Mr. Fisher spent many happy summer days on Martha’s Vineyard, his family recalled, but was always focused on ways to improve the world. He wrote many op-ed columns published in The New York Times and The Boston Globe.
During the Iranian hostage crisis in 1979, Dr. Fisher advocated efforts to change the conflict from a contest of will to one of principle.
“We are learning that true power comes not from B-52s but from understanding the legitimate interests of others and then insisting upon adherence to principles that serve their interests as well as ours,” Mr. Fisher wrote.
In addition to his sons, Mr. Fisher leaves two brothers, Frank of Austin and John of Spokane, Wash.; and five grandchildren. A memorial service is planned for 11 a.m. Oct. 27 at Appleton Chapel at Harvard. Burial will be private.
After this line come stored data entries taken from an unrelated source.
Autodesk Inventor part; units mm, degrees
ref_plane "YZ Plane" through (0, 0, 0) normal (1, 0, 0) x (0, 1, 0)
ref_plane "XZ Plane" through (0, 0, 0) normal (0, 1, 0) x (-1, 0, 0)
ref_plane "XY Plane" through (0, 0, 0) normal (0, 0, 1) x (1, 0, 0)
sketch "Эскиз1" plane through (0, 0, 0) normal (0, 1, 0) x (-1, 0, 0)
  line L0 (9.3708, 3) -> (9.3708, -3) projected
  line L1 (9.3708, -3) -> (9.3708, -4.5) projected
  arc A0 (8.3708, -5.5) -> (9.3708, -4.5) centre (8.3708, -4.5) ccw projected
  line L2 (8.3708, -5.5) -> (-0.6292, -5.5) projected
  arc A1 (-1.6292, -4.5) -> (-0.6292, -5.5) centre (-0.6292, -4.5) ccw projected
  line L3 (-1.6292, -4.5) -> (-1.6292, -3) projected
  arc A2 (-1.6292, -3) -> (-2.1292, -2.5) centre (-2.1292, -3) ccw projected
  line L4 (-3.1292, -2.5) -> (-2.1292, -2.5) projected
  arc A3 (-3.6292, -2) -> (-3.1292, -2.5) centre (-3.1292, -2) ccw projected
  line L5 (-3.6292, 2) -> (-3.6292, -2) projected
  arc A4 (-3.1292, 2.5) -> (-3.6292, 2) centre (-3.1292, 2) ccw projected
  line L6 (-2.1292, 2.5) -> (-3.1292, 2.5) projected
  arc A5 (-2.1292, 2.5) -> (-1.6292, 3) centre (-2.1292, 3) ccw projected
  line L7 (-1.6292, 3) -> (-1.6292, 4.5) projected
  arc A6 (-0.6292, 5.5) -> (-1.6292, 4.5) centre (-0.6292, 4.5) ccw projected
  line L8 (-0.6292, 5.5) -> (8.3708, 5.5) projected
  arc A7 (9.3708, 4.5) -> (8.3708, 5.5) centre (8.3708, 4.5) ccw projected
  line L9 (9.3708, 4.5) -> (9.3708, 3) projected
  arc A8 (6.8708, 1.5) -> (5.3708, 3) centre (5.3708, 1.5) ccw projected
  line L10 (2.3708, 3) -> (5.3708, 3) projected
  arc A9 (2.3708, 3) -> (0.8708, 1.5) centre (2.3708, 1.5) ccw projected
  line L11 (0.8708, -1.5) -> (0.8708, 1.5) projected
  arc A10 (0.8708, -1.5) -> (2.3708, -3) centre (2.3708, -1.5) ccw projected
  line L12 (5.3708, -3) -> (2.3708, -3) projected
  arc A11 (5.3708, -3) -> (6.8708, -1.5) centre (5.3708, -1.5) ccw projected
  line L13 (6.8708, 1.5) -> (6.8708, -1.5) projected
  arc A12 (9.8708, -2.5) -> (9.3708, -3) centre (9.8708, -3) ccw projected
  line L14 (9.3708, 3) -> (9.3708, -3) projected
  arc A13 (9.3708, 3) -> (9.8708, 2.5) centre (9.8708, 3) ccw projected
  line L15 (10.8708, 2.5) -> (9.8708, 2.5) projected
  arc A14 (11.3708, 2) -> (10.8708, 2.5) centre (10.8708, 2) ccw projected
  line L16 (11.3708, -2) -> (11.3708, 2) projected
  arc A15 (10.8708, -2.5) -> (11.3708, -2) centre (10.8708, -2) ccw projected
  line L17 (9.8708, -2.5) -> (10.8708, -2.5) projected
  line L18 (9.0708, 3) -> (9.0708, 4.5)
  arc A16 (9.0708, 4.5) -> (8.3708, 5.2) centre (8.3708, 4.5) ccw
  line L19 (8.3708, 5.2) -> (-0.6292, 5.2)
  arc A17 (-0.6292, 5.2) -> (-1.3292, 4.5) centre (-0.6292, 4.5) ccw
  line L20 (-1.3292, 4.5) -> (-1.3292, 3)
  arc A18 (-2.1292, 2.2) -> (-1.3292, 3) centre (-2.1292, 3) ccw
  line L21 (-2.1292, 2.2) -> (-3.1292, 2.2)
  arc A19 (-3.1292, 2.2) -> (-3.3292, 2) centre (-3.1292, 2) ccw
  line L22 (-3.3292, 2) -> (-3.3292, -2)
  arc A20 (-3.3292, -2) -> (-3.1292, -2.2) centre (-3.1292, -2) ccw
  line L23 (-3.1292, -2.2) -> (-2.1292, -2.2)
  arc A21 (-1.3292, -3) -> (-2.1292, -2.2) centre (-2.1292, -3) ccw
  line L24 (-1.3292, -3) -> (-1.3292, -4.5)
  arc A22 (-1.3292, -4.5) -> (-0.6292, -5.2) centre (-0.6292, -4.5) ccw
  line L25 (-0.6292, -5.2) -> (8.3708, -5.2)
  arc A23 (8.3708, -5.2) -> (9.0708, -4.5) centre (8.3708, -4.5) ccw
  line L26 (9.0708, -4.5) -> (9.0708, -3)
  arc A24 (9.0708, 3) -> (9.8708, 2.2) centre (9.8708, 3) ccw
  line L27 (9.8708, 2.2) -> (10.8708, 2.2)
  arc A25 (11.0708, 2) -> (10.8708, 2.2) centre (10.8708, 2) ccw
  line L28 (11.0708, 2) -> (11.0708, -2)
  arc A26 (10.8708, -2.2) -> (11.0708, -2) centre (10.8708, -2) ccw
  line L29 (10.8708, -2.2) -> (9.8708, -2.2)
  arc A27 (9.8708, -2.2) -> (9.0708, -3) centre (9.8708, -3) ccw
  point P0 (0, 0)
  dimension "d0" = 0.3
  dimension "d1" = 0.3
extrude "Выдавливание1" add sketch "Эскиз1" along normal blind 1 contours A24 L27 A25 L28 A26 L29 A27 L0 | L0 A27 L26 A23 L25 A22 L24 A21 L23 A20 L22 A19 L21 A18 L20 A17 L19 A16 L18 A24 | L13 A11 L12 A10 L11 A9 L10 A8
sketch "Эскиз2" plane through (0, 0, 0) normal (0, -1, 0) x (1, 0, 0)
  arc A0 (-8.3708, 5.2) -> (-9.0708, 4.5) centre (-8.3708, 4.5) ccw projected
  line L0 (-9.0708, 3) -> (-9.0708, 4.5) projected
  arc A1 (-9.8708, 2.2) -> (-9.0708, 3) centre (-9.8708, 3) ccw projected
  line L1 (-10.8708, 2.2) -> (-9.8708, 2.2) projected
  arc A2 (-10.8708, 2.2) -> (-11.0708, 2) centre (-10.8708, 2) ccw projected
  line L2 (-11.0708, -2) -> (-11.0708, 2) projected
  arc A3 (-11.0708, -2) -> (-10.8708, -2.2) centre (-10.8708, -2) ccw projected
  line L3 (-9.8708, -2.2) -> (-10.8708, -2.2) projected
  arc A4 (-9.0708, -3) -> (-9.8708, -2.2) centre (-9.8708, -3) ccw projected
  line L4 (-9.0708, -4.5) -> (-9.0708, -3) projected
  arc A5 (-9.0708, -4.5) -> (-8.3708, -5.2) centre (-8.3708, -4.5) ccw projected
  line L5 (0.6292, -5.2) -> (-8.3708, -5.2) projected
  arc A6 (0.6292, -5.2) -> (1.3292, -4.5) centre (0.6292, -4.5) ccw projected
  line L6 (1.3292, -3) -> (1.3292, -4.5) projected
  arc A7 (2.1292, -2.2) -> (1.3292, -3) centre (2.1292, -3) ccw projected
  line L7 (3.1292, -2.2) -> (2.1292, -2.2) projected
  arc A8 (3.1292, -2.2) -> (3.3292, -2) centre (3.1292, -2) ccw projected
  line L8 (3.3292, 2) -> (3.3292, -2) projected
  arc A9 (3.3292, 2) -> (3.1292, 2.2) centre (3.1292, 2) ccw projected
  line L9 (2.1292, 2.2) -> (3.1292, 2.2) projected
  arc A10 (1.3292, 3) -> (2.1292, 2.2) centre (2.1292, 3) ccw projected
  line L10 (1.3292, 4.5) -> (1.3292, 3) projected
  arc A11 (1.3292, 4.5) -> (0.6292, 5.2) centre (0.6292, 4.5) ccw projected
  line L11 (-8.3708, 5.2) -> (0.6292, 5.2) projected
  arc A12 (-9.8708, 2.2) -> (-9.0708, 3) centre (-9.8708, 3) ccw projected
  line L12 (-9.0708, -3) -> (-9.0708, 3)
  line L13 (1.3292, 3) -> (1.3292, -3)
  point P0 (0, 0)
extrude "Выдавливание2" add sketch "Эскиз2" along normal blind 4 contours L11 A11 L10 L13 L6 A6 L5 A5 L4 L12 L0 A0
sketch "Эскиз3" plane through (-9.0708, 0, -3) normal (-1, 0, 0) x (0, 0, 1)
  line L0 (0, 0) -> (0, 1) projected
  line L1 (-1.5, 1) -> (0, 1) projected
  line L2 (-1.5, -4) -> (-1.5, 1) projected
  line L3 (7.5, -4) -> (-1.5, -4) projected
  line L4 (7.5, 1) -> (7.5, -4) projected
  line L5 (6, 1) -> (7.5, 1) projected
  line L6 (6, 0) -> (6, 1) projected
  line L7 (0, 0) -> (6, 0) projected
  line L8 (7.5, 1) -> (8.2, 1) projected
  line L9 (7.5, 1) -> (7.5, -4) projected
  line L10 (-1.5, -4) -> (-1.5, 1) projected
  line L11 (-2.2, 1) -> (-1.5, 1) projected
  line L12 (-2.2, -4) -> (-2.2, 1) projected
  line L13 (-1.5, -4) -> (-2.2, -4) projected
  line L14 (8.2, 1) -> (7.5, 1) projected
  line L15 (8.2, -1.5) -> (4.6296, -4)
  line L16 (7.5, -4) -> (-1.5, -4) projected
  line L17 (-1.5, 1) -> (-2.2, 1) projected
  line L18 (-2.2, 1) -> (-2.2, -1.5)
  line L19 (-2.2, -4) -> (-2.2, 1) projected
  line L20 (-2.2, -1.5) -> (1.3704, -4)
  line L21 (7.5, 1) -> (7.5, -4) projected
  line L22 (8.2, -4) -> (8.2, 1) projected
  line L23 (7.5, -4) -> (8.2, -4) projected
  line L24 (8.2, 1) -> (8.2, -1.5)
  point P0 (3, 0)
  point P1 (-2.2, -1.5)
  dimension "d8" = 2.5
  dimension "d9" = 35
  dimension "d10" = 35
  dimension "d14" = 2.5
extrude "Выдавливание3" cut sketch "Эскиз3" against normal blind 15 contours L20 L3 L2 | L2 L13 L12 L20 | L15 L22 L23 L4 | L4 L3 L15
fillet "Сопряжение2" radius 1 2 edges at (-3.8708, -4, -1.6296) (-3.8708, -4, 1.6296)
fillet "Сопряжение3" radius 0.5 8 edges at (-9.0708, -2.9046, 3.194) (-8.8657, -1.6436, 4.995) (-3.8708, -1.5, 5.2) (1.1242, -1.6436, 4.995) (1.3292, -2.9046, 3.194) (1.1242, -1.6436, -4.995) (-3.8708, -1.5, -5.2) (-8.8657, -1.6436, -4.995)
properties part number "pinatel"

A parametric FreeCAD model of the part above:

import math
import FreeCAD as App
import Part
import Sketcher
Q = App.Units.Quantity


def edges_at(feature, points):
    """Names of the edges that pass closest to the given points."""
    edges = feature.Shape.Edges
    near = lambda p: min(range(len(edges)), key=lambda i: edges[i].distToShape(Part.Vertex(*p))[0])
    return sorted({f"Edge{near(p) + 1}" for p in points})

doc = App.newDocument("Part")
params = doc.addObject("Spreadsheet::Sheet", "Params")
for row, (alias, value) in enumerate([
    ("sketch1_radius", "0.8 mm"),
    ("sketch1_radius2", "0.7 mm"),
    ("sketch1_radius3", "0.2 mm"),
    ("sketch1_width", "9 mm"),
    ("sketch1_width2", "1 mm"),
    ("pad1_length", "1 mm"),
    ("sketch2_radius", "0.7 mm"),
    ("sketch2_width", "9 mm"),
    ("pad2_length", "4 mm"),
    ("sketch3_width", "2.5 mm"),
    ("pocket1_length", "15 mm"),
    ("fillet_radius", "1 mm"),
    ("fillet2_radius", "0.5 mm"),
], start=1):
    params.set(f"A{row}", alias)
    params.set(f"B{row}", "=" + value)
    params.setAlias(f"B{row}", alias)

body = doc.addObject("PartDesign::Body", "Body")

# Sketch on XZ plane
sketch1 = doc.addObject("Sketcher::SketchObject", "Sketch")
body.addObject(sketch1)
sketch1.AttachmentSupport = (doc.XZ_Plane, [""])
sketch1.MapMode = "FlatFace"
sketch1.addGeometry([
    Part.ArcOfCircle(Part.Circle(App.Vector(-9.8708, 3, 0), App.Vector(0, 0, 1), 0.8), math.radians(-90), math.radians(0)),  # 0
    Part.LineSegment(App.Vector(-9.0708, 3, 0), App.Vector(-9.0708, 4.5, 0)),  # 1
    Part.ArcOfCircle(Part.Circle(App.Vector(-8.3708, 4.5, 0), App.Vector(0, 0, 1), 0.7), math.radians(90), math.radians(180)),  # 2
    Part.LineSegment(App.Vector(-8.3708, 5.2, 0), App.Vector(0.6292, 5.2, 0)),  # 3
    Part.ArcOfCircle(Part.Circle(App.Vector(0.6292, 4.5, 0), App.Vector(0, 0, 1), 0.7), math.radians(0), math.radians(90)),  # 4
    Part.LineSegment(App.Vector(1.3292, 4.5, 0), App.Vector(1.3292, 3, 0)),  # 5
    Part.ArcOfCircle(Part.Circle(App.Vector(2.1292, 3, 0), App.Vector(0, 0, 1), 0.8), math.radians(180), math.radians(270)),  # 6
    Part.LineSegment(App.Vector(2.1292, 2.2, 0), App.Vector(3.1292, 2.2, 0)),  # 7
    Part.ArcOfCircle(Part.Circle(App.Vector(3.1292, 2, 0), App.Vector(0, 0, 1), 0.2), math.radians(0), math.radians(90)),  # 8
    Part.LineSegment(App.Vector(3.3292, 2, 0), App.Vector(3.3292, -2, 0)),  # 9
    Part.ArcOfCircle(Part.Circle(App.Vector(3.1292, -2, 0), App.Vector(0, 0, 1), 0.2), math.radians(-90), math.radians(0)),  # 10
    Part.LineSegment(App.Vector(3.1292, -2.2, 0), App.Vector(2.1292, -2.2, 0)),  # 11
    Part.ArcOfCircle(Part.Circle(App.Vector(2.1292, -3, 0), App.Vector(0, 0, 1), 0.8), math.radians(90), math.radians(180)),  # 12
    Part.LineSegment(App.Vector(1.3292, -3, 0), App.Vector(1.3292, -4.5, 0)),  # 13
    Part.ArcOfCircle(Part.Circle(App.Vector(0.6292, -4.5, 0), App.Vector(0, 0, 1), 0.7), math.radians(-90), math.radians(0)),  # 14
    Part.LineSegment(App.Vector(0.6292, -5.2, 0), App.Vector(-8.3708, -5.2, 0)),  # 15
    Part.ArcOfCircle(Part.Circle(App.Vector(-8.3708, -4.5, 0), App.Vector(0, 0, 1), 0.7), math.radians(180), math.radians(270)),  # 16
    Part.LineSegment(App.Vector(-9.0708, -4.5, 0), App.Vector(-9.0708, -3, 0)),  # 17
    Part.ArcOfCircle(Part.Circle(App.Vector(-9.8708, -3, 0), App.Vector(0, 0, 1), 0.8), math.radians(0), math.radians(90)),  # 18
    Part.LineSegment(App.Vector(-9.8708, -2.2, 0), App.Vector(-10.8708, -2.2, 0)),  # 19
    Part.ArcOfCircle(Part.Circle(App.Vector(-10.8708, -2, 0), App.Vector(0, 0, 1), 0.2), math.radians(180), math.radians(270)),  # 20
    Part.LineSegment(App.Vector(-11.0708, -2, 0), App.Vector(-11.0708, 2, 0)),  # 21
    Part.ArcOfCircle(Part.Circle(App.Vector(-10.8708, 2, 0), App.Vector(0, 0, 1), 0.2), math.radians(90), math.radians(180)),  # 22
    Part.LineSegment(App.Vector(-10.8708, 2.2, 0), App.Vector(-9.8708, 2.2, 0)),  # 23
], False)
sketch1.addConstraint([
    Sketcher.Constraint("Tangent", 0, 2, 1, 1),
    Sketcher.Constraint("Tangent", 1, 2, 2, 2),
    Sketcher.Constraint("Tangent", 2, 1, 3, 1),
    Sketcher.Constraint("Tangent", 3, 2, 4, 2),
    Sketcher.Constraint("Tangent", 4, 1, 5, 1),
    Sketcher.Constraint("Tangent", 5, 2, 6, 1),
    Sketcher.Constraint("Tangent", 6, 2, 7, 1),
    Sketcher.Constraint("Tangent", 7, 2, 8, 2),
    Sketcher.Constraint("Tangent", 8, 1, 9, 1),
    Sketcher.Constraint("Tangent", 9, 2, 10, 2),
    Sketcher.Constraint("Tangent", 10, 1, 11, 1),
    Sketcher.Constraint("Tangent", 11, 2, 12, 1),
    Sketcher.Constraint("Tangent", 12, 2, 13, 1),
    Sketcher.Constraint("Tangent", 13, 2, 14, 2),
    Sketcher.Constraint("Tangent", 14, 1, 15, 1),
    Sketcher.Constraint("Tangent", 15, 2, 16, 2),
    Sketcher.Constraint("Tangent", 16, 1, 17, 1),
    Sketcher.Constraint("Tangent", 17, 2, 18, 1),
    Sketcher.Constraint("Tangent", 18, 2, 19, 1),
    Sketcher.Constraint("Tangent", 19, 2, 20, 2),
    Sketcher.Constraint("Tangent", 20, 1, 21, 1),
    Sketcher.Constraint("Tangent", 21, 2, 22, 2),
At Mr. Fisher’s 90th birthday party this spring, Shelia Heen, a former student who now teaches conflict resolution, told of meeting a soldier in the US Special Forces’ civil affairs division who carried “Getting to Yes” on six tours of duty in Iraq and Afghanistan.
“He thought Roger would get a kick out of the fact that he’s on the ground, influencing the conversation, in a war 70 years after his own,” she said.